Wandering Thoughts archives

2016-01-08

Getting to watch a significant spam campaign recently

One of the interesting side effects of running a sinkhole SMTP server and occasionally looking at the SMTP command logs is that every so often I get to see the signs of what is clearly a significant spam campaign. Recently, for example, I noticed a whole pile of delivery attempts that all had a distinct signature, sufficiently distinct that I'm pretty sure they must have been from the same software and party.

The primary signature was an unusual MAIL FROM, where it was the same as the RCPT TO. A typical session looked like:

EHLO host11.190-230-18.telecom.net.ar
250 [...]
MAIL From:<ADDR@hawkwind.utcs.toronto.edu>
550 [...]
RCPT To:<ADDR@hawkwind.utcs.toronto.edu>
503 Out of sequence command

(My server advertises PIPELINING, so this run-ahead behavior by the client is legitimate. Not all of the connections did it, so I can't be entirely sure that they were going to RCPT TO the same address. It's a good bet, though; spammers seem to almost never attempt a MAIL FROM of my own domain.)

Almost all of the hosts that I saw do this were in the PBL, the XBL, or the CSS. Hosts EHLO'd with either their reverse DNS or with eg '[39.112.245.8]' when they had no rDNS (although not all of the names had forward DNS to go with their rDNS). While this was happening, I often saw a significant number of these connections one after another from all sorts of different IPs.

A few messages of this sort got all the way to DATA and so had their contents logged. Based on that, the campaign seems to have been pushing an offshore pharmacy hosted on an IP that Spamhaus lists as part of 'Yambo Financials' aka 'RxMed pharma spam website hosting' (although the domain name used in the spam is not one that's currently in the SBL listing). That doesn't really surprise me, as I'd expect such a spam campaign to come from one of the larger operations.

There are probably spam campaigns running all the time that my (now) spamtraps get hit by. It's just that usually they don't stand out this much, either by having a distinctive and unusual signature or by hammering on my addresses quite this hard. The latter puzzles me a bit, since it seems inefficient (and I do believe that spammers are generally efficient).

FromTargetSpamRun written at 00:52:13; Add Comment

2016-01-03

One anti-spam thing I like is per-person (or per-address) blocklists

I've come to feel that one of the powerful anti-spam things that you can do in any environment with a shared mail system is to support some form of individual filtering and blocklists at the SMTP level. Given the SMTP DATA error problem, the conceptually easy options to support here are blocklists based on the sending host and on the MAIL FROM envelope address, since those are easily done at RCPT TO time on a per-recipient basis.

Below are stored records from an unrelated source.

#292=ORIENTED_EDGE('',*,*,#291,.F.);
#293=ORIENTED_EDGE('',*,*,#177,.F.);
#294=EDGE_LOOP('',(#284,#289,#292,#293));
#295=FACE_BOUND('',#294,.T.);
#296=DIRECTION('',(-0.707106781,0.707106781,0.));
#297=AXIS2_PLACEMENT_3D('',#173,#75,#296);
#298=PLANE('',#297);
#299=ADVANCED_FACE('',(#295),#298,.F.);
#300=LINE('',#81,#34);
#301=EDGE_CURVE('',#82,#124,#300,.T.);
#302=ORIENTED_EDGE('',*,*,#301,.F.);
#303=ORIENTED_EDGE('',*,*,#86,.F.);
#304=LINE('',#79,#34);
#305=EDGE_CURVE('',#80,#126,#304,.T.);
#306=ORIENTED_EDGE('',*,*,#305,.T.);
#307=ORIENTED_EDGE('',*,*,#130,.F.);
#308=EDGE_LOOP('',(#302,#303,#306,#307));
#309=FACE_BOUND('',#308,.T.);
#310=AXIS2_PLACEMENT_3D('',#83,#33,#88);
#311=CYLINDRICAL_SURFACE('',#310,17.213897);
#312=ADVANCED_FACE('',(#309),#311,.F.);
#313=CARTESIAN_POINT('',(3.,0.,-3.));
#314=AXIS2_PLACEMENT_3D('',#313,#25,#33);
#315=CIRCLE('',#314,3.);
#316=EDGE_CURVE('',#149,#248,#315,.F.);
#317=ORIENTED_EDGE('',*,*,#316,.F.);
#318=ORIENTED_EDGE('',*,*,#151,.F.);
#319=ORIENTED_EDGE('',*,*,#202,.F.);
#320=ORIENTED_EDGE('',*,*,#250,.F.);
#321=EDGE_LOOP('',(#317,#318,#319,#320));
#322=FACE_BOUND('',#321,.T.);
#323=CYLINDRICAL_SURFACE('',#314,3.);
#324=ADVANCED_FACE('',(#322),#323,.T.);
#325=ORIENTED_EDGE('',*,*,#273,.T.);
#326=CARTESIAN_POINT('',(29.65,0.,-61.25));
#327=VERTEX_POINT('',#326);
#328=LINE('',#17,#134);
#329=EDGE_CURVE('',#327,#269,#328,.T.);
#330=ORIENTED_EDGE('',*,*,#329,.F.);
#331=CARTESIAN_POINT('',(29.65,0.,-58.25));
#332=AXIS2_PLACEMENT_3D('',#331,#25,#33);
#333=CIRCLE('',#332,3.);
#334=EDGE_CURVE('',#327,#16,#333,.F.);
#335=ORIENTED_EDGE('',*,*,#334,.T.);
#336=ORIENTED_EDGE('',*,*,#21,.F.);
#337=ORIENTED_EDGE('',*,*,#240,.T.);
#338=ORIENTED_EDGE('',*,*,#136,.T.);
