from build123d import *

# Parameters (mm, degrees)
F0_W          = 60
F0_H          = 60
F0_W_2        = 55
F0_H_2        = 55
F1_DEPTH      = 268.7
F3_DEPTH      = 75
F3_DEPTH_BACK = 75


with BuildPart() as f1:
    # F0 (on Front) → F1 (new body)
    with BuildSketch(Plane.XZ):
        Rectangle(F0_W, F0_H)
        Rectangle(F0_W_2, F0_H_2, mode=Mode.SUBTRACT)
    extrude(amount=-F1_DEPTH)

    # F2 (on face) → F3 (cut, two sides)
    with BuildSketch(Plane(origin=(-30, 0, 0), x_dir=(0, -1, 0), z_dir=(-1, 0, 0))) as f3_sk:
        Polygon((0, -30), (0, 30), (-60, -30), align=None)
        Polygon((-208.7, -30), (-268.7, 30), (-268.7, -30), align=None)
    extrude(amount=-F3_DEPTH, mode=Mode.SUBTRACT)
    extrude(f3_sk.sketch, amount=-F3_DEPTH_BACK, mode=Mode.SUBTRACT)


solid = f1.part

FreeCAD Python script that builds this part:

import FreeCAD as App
import Part
import Sketcher

V = App.Vector
Q = App.Units.Quantity

doc = App.newDocument("Part")
body = doc.addObject("PartDesign::Body", "Body")

# Sketch on XZ plane
sketch1 = doc.addObject("Sketcher::SketchObject", "Sketch")
body.addObject(sketch1)
sketch1.AttachmentSupport = (doc.XZ_Plane, [""])
sketch1.MapMode = "FlatFace"
sketch1.addGeometry(Part.LineSegment(V(-30, 30, 0), V(-30, -30, 0)), False)
sketch1.addGeometry(Part.LineSegment(V(-30, -30, 0), V(30, -30, 0)), False)
sketch1.addGeometry(Part.LineSegment(V(30, -30, 0), V(30, 30, 0)), False)
sketch1.addGeometry(Part.LineSegment(V(30, 30, 0), V(-30, 30, 0)), False)
sketch1.addGeometry(Part.LineSegment(V(28, -28, 0), V(-28, -28, 0)), False)
sketch1.addGeometry(Part.LineSegment(V(-28, -28, 0), V(-28, 28, 0)), False)
sketch1.addGeometry(Part.LineSegment(V(-28, 28, 0), V(28, 28, 0)), False)
sketch1.addGeometry(Part.LineSegment(V(28, 28, 0), V(28, -28, 0)), False)
sketch1.addConstraint(Sketcher.Constraint("Coincident", 0, 2, 1, 1))
sketch1.addConstraint(Sketcher.Constraint("Coincident", 1, 2, 2, 1))
sketch1.addConstraint(Sketcher.Constraint("Coincident", 2, 2, 3, 1))
sketch1.addConstraint(Sketcher.Constraint("Coincident", 3, 2, 0, 1))
sketch1.addConstraint(Sketcher.Constraint("Coincident", 4, 2, 5, 1))
sketch1.addConstraint(Sketcher.Constraint("Coincident", 5, 2, 6, 1))
sketch1.addConstraint(Sketcher.Constraint("Coincident", 6, 2, 7, 1))
sketch1.addConstraint(Sketcher.Constraint("Coincident", 7, 2, 4, 1))
sketch1.addConstraint(Sketcher.Constraint("Vertical", 0))
sketch1.addConstraint(Sketcher.Constraint("Horizontal", 1))
sketch1.addConstraint(Sketcher.Constraint("Vertical", 2))
sketch1.addConstraint(Sketcher.Constraint("Horizontal", 3))
sketch1.addConstraint(Sketcher.Constraint("Horizontal", 4))
sketch1.addConstraint(Sketcher.Constraint("Vertical", 5))
sketch1.addConstraint(Sketcher.Constraint("Horizontal", 6))
sketch1.addConstraint(Sketcher.Constraint("Vertical", 7))
sketch1.addConstraint(Sketcher.Constraint("Symmetric", 0, 2, 2, 2, -1, 1))
sketch1.addConstraint(Sketcher.Constraint("Symmetric", 4, 2, 6, 2, -1, 1))
sketch1.addConstraint(Sketcher.Constraint("Equal", 3, 0))
sketch1.addConstraint(Sketcher.Constraint("Equal", 6, 5))
sketch1.addConstraint(Sketcher.Constraint("DistanceX", 1, 1, 1, 2, Q("60 mm")))
sketch1.addConstraint(Sketcher.Constraint("DistanceX", 4, 2, 4, 1, Q("55 mm")))
pad1 = doc.addObject("PartDesign::Pad", "Pad")
body.addObject(pad1)
pad1.Profile = sketch1
pad1.Length = 268.7
pad1.Reversed = True

# Sketch on YZ plane
sketch2 = doc.addObject("Sketcher::SketchObject", "Sketch001")
body.addObject(sketch2)
sketch2.AttachmentSupport = (doc.YZ_Plane, [""])
sketch2.MapMode = "FlatFace"
sketch2.AttachmentOffset = App.Placement(V(0, 0, -30), App.Rotation())
sketch2.addGeometry(Part.LineSegment(V(0, -30, 0), V(0, 30, 0)), False)
sketch2.addGeometry(Part.LineSegment(V(0, 30, 0), V(60, -30, 0)), False)
sketch2.addGeometry(Part.LineSegment(V(60, -30, 0), V(0, -30, 0)), False)
sketch2.addGeometry(Part.LineSegment(V(209, -30, 0), V(269, 30, 0)), False)
sketch2.addGeometry(Part.LineSegment(V(269, 30, 0), V(269, -30, 0)), False)
sketch2.addGeometry(Part.LineSegment(V(269, -30, 0), V(209, -30, 0)), False)
sketch2.addConstraint(Sketcher.Constraint("Coincident", 0, 2, 1, 1))
sketch2.addConstraint(Sketcher.Constraint("Coincident", 1, 2, 2, 1))
sketch2.addConstraint(Sketcher.Constraint("Coincident", 2, 2, 0, 1))
sketch2.addConstraint(Sketcher.Constraint("Coincident", 3, 2, 4, 1))
sketch2.addConstraint(Sketcher.Constraint("Coincident", 4, 2, 5, 1))
sketch2.addConstraint(Sketcher.Constraint("Coincident", 5, 2, 3, 1))
sketch2.addConstraint(Sketcher.Constraint("Vertical", 0))
sketch2.addConstraint(Sketcher.Constraint("Horizontal", 2))
sketch2.addConstraint(Sketcher.Constraint("Vertical", 4))
sketch2.addConstraint(Sketcher.Constraint("Horizontal", 5))
sketch2.addConstraint(Sketcher.Constraint("Symmetric", 0, 2, 2, 2, -1, 1))
sketch2.addConstraint(Sketcher.Constraint("Perpendicular", 1, 3))
sketch2.addConstraint(Sketcher.Constraint("Horizontal", 0, 2, 3, 2))
sketch2.addConstraint(Sketcher.Constraint("Horizontal", 2, 2, 4, 2))
sketch2.addConstraint(Sketcher.Constraint("Equal", 2, 5))
sketch2.addConstraint(Sketcher.Constraint("DistanceX", 2, 2, 2, 1, Q("60 mm")))
sketch2.addConstraint(Sketcher.Constraint("DistanceX", -1, 1, 3, 2, Q("268.7 mm")))
pocket1 = doc.addObject("PartDesign::Pocket", "Pocket")
body.addObject(pocket1)
pocket1.Profile = sketch2
pocket1.Length = 75
pocket1.Reversed = True
pocket2 = doc.addObject("PartDesign::Pocket", "Pocket001")
body.addObject(pocket2)
pocket2.Profile = sketch2
pocket2.Length = 75
pocket2.Reversed = True

doc.recompute()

The general case for supporting individual filtering is pretty straightforward. One size does not fit all, since both people's email patterns and their level of caution (and tolerance for spam) vary. Individual blocking empowers people to block things for themselves that you could never get permission or agreement to block on a global basis. In turn this is likely to make them happier with your email system, partly because they will be getting less spam and partly because they'll probably feel more in control of the whole process.

Blocking at SMTP time is harder than the alternatives, especially on a per-user basis, but it's doable. I advocate for doing it despite the difficulty partly because SMTP-time rejection has various technical advantages, partly because I plain like it, and partly because I feel that people in general are likely to be more comfortable with filtering that returns error messages to the sender in cases of false positives, which today requires rejecting at SMTP time.

(Perhaps the last is projecting my feelings on to other people, as we certainly have a fair number of people who automatically discard incoming spam without appearing to ever worry about it.)

A per-address blocklist feature is convenient even on a mail server that's only used by you, because it provides a nice way to start closing down single-purpose addresses when they start getting spammed or abused.

(If you run your own mail server, you really should set up some sort way of having controllable single-purpose addresses.)